Ibu Ini Dibunuh saat Memeluk Bayinya, Dua Hari setelah Demo Taliban
loading...
A
A
A
KABUL - Seorang Ibu di Afghanistan dibunuh saat dia keluar rumah dengan posisi masih memeluk bayinya yang berusia enam bulan. Korban ditembak mati dua hari setelah ikut demo anti- Taliban pekan lalu.
Farwa, 30, Ibu tiga anak, sebelumnya turun ke jalan bersama ratusan wanita lainnya untuk menuntut hak yang lebih baik. Dia mengabaikan ancaman kekerasan dan pembalasan dari Taliban.
Dua hari kemudian dia dibunuh di luar rumahnya.
Pembunuhannya yang brutal, pertama kali dilaporkan oleh The Guardian, adalah contoh lain dari orang Afghanistan yang terbunuh di jalan atau diserang di rumah mereka karena pelanggaran hukum yang terkait dengan rezim Taliban, yang membuat jutaan orang hidup dalam ketakutan.
Berbicara kepada news.com.au, Senin (13/9/2021), saudara laki-laki Farwa, Rohullah Hossaini, mengatakan saudara perempuannya berada di rumahnya pada hari Jumat ketika dia mendengar seseorang di luar berteriak minta tolong.
Meskipun suaminya memohon padanya untuk tinggal di rumah, Farwa nekat berlari keluar rumah dengan bayinya yang berusia enam bulan masih dalam pelukannya. Putranya yang berusia tiga tahun mengikuti di belakang.

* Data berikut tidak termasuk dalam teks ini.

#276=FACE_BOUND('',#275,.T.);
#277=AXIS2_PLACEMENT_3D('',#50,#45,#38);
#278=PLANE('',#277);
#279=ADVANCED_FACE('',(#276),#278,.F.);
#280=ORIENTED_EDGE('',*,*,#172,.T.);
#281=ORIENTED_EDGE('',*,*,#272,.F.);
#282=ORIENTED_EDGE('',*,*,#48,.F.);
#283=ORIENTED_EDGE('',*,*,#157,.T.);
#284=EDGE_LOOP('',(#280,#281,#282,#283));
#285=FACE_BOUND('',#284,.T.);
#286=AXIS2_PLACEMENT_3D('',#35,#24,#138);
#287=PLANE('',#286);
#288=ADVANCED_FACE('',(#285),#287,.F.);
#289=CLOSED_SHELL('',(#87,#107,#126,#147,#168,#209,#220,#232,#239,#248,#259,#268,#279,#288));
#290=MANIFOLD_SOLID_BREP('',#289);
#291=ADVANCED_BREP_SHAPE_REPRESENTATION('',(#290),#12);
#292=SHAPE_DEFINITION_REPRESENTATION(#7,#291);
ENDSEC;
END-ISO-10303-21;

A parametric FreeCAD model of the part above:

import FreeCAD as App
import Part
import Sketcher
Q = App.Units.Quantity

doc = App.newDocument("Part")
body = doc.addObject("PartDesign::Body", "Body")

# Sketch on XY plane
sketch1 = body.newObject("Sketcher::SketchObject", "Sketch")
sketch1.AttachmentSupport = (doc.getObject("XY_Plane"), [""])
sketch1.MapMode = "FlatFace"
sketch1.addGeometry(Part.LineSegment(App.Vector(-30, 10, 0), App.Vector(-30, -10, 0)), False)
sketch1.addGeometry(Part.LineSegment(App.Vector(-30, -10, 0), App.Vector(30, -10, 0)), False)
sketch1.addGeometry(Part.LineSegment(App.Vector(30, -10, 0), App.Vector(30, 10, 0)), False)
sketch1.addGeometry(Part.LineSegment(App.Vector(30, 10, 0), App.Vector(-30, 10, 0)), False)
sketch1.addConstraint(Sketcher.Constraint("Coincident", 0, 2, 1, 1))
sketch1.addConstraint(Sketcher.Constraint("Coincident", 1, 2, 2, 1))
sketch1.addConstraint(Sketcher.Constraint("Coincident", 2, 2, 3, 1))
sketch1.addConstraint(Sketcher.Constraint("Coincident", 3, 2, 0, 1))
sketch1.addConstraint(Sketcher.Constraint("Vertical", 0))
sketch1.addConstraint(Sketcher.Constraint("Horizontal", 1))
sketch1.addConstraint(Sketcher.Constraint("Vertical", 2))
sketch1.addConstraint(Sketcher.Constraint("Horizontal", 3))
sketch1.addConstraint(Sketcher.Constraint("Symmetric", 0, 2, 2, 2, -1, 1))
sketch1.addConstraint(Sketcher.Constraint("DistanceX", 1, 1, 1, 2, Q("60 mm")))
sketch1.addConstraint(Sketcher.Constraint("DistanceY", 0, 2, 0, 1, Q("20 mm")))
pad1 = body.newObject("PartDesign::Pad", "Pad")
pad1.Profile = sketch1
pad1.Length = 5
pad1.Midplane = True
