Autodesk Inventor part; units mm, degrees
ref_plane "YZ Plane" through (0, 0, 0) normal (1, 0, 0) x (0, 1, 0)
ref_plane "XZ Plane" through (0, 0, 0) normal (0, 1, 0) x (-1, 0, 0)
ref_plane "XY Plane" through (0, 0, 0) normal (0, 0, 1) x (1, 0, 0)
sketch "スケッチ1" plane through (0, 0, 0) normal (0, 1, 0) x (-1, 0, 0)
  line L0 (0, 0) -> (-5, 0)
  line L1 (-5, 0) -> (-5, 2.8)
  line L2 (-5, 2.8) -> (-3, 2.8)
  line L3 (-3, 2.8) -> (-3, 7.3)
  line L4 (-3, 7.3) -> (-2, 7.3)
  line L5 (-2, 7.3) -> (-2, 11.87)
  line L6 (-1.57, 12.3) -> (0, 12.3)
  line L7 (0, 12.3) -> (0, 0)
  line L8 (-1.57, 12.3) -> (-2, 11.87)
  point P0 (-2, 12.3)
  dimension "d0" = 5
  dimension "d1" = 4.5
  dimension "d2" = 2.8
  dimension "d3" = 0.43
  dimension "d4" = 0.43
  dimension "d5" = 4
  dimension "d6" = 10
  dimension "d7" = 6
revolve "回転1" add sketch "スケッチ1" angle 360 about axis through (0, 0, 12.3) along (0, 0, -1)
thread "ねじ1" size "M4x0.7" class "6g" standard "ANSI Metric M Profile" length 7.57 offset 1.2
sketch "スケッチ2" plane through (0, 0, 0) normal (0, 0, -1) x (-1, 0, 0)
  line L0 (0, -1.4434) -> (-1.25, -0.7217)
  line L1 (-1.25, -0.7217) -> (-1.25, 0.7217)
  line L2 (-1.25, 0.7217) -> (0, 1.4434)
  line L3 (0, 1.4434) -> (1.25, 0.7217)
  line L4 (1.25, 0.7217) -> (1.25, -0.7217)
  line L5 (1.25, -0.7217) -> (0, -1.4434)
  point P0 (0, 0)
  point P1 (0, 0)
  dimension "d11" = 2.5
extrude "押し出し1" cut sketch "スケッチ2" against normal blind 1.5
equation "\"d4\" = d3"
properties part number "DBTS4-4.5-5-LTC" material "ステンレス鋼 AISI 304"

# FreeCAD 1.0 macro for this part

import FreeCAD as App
import Part
import Sketcher

V = App.Vector
Q = App.Units.Quantity


def add_polygon(sketch, points):
    """Adds a closed chain of lines whose ends are joined by coincident constraints."""
    first, n = sketch.GeometryCount, len(points)
    for a, b in zip(points, points[1:] + points[:1]):
        sketch.addGeometry(Part.LineSegment(App.Vector(*a, 0), App.Vector(*b, 0)), False)
    for i in range(n):
        sketch.addConstraint(Sketcher.Constraint("Coincident", first + i, 2, first + (i + 1) % n, 1))

doc = App.newDocument("Part")
body = doc.addObject("PartDesign::Body", "Body")

sketch1 = doc.addObject("Sketcher::SketchObject", "Sketch")
body.addObject(sketch1)
sketch1.AttachmentSupport = (doc.XZ_Plane, [""])
sketch1.MapMode = "FlatFace"
add_polygon(sketch1, [(5, 0), (0, 0), (0, 12.3), (1.6, 12.3), (2, 11.9), (2, 7.3), (3, 7.3), (3, 2.8), (5, 2.8)])
sketch1.addConstraint([
    Sketcher.Constraint("Horizontal", 0),
    Sketcher.Constraint("Vertical", 1),
    Sketcher.Constraint("Horizontal", 2),
    Sketcher.Constraint("Vertical", 4),
    Sketcher.Constraint("Horizontal", 5),
    Sketcher.Constraint("Vertical", 6),
    Sketcher.Constraint("Horizontal", 7),
    Sketcher.Constraint("Vertical", 8),
    Sketcher.Constraint("Coincident", 0, 2, -1, 1),
    Sketcher.Constraint("DistanceX", 0, 2, 0, 1, 5.0),
    Sketcher.Constraint("DistanceY", 6, 2, 6, 1, 4.5),
    Sketcher.Constraint("DistanceY", 8, 2, 8, 1, 2.8),
    Sketcher.Constraint("DistanceY", 4, 2, 2, 2, 5.0),
    Sketcher.Constraint("DistanceX", 5, 1, 5, 2, 1.0),
    Sketcher.Constraint("DistanceX", 7, 1, 7, 2, 2.0),
    Sketcher.Constraint("Angle", 3, Q("-45 deg")),
    Sketcher.Constraint("DistanceX", 2, 2, 3, 2, 0.43),
])
revolution = doc.addObject("PartDesign::Revolution", "Revolution")
body.addObject(revolution)
revolution.Profile = sketch1
revolution.ReferenceAxis = (sketch1, ["V_Axis"])
revolution.Angle = 360

sketch2 = doc.addObject("Sketcher::SketchObject", "Sketch001")
body.addObject(sketch2)
sketch2.AttachmentSupport = (doc.XY_Plane, [""])
sketch2.MapMode = "FlatFace"
add_polygon(sketch2, [(1.2, -0.7), (0, -1.4), (-1.2, -0.7), (-1.2, 0.7), (0, 1.4), (1.2, 0.7)])
sketch2.addConstraint([
    Sketcher.Constraint("Vertical", 2),
    Sketcher.Constraint("Vertical", 5),
    Sketcher.Constraint("Symmetric", 0, 2, 3, 2, -1, 1),
    Sketcher.Constraint("Symmetric", 1, 2, 4, 2, -1, 1),
    Sketcher.Constraint("PointOnObject", 0, 2, -2),
    Sketcher.Constraint("Parallel", 0, 3),
    Sketcher.Constraint("Horizontal", 2, 2, 4, 2),
    Sketcher.Constraint("DistanceX", 2, 2, 4, 2, 2.5),
    Sketcher.Constraint("Angle", 0, Q("-149.9996 deg")),
    Sketcher.Constraint("DistanceY", 2, 1, 2, 2, 1.4434),
])
pocket1 = doc.addObject("PartDesign::Pocket", "Pocket")
body.addObject(pocket1)
pocket1.Profile = sketch2
pocket1.Length = 1.5
pocket1.Reversed = True

doc.recompute()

Farwa kemudian ditembak mati di jalan dengan balitanya menyaksikan pembunuhan itu.
Suami Farwa datang dan dengan cepat melindungi tubuh istrinya. Dia memberi tahu anak laki-laki berusia tiga tahun itu bahwa Ibunya sedang tidur.
Ketika putra tertua Farwa, berusia enam tahun, memahami apa yang telah terjadi, anak yang berusia tiga tahun masih berjuang keras untuk memahaminya.
Hossaini mengatakan anak tiga tahun itu terus bertanya kepada ayahnya; "Kapan Ibu akan bangun?"
Sedangkan bayi berusia enam bulan dibawa ke rumah sakit setempat.
"Dia menangis tanpa henti," kata Hossaini, menceritakan tentang bayi tersebut.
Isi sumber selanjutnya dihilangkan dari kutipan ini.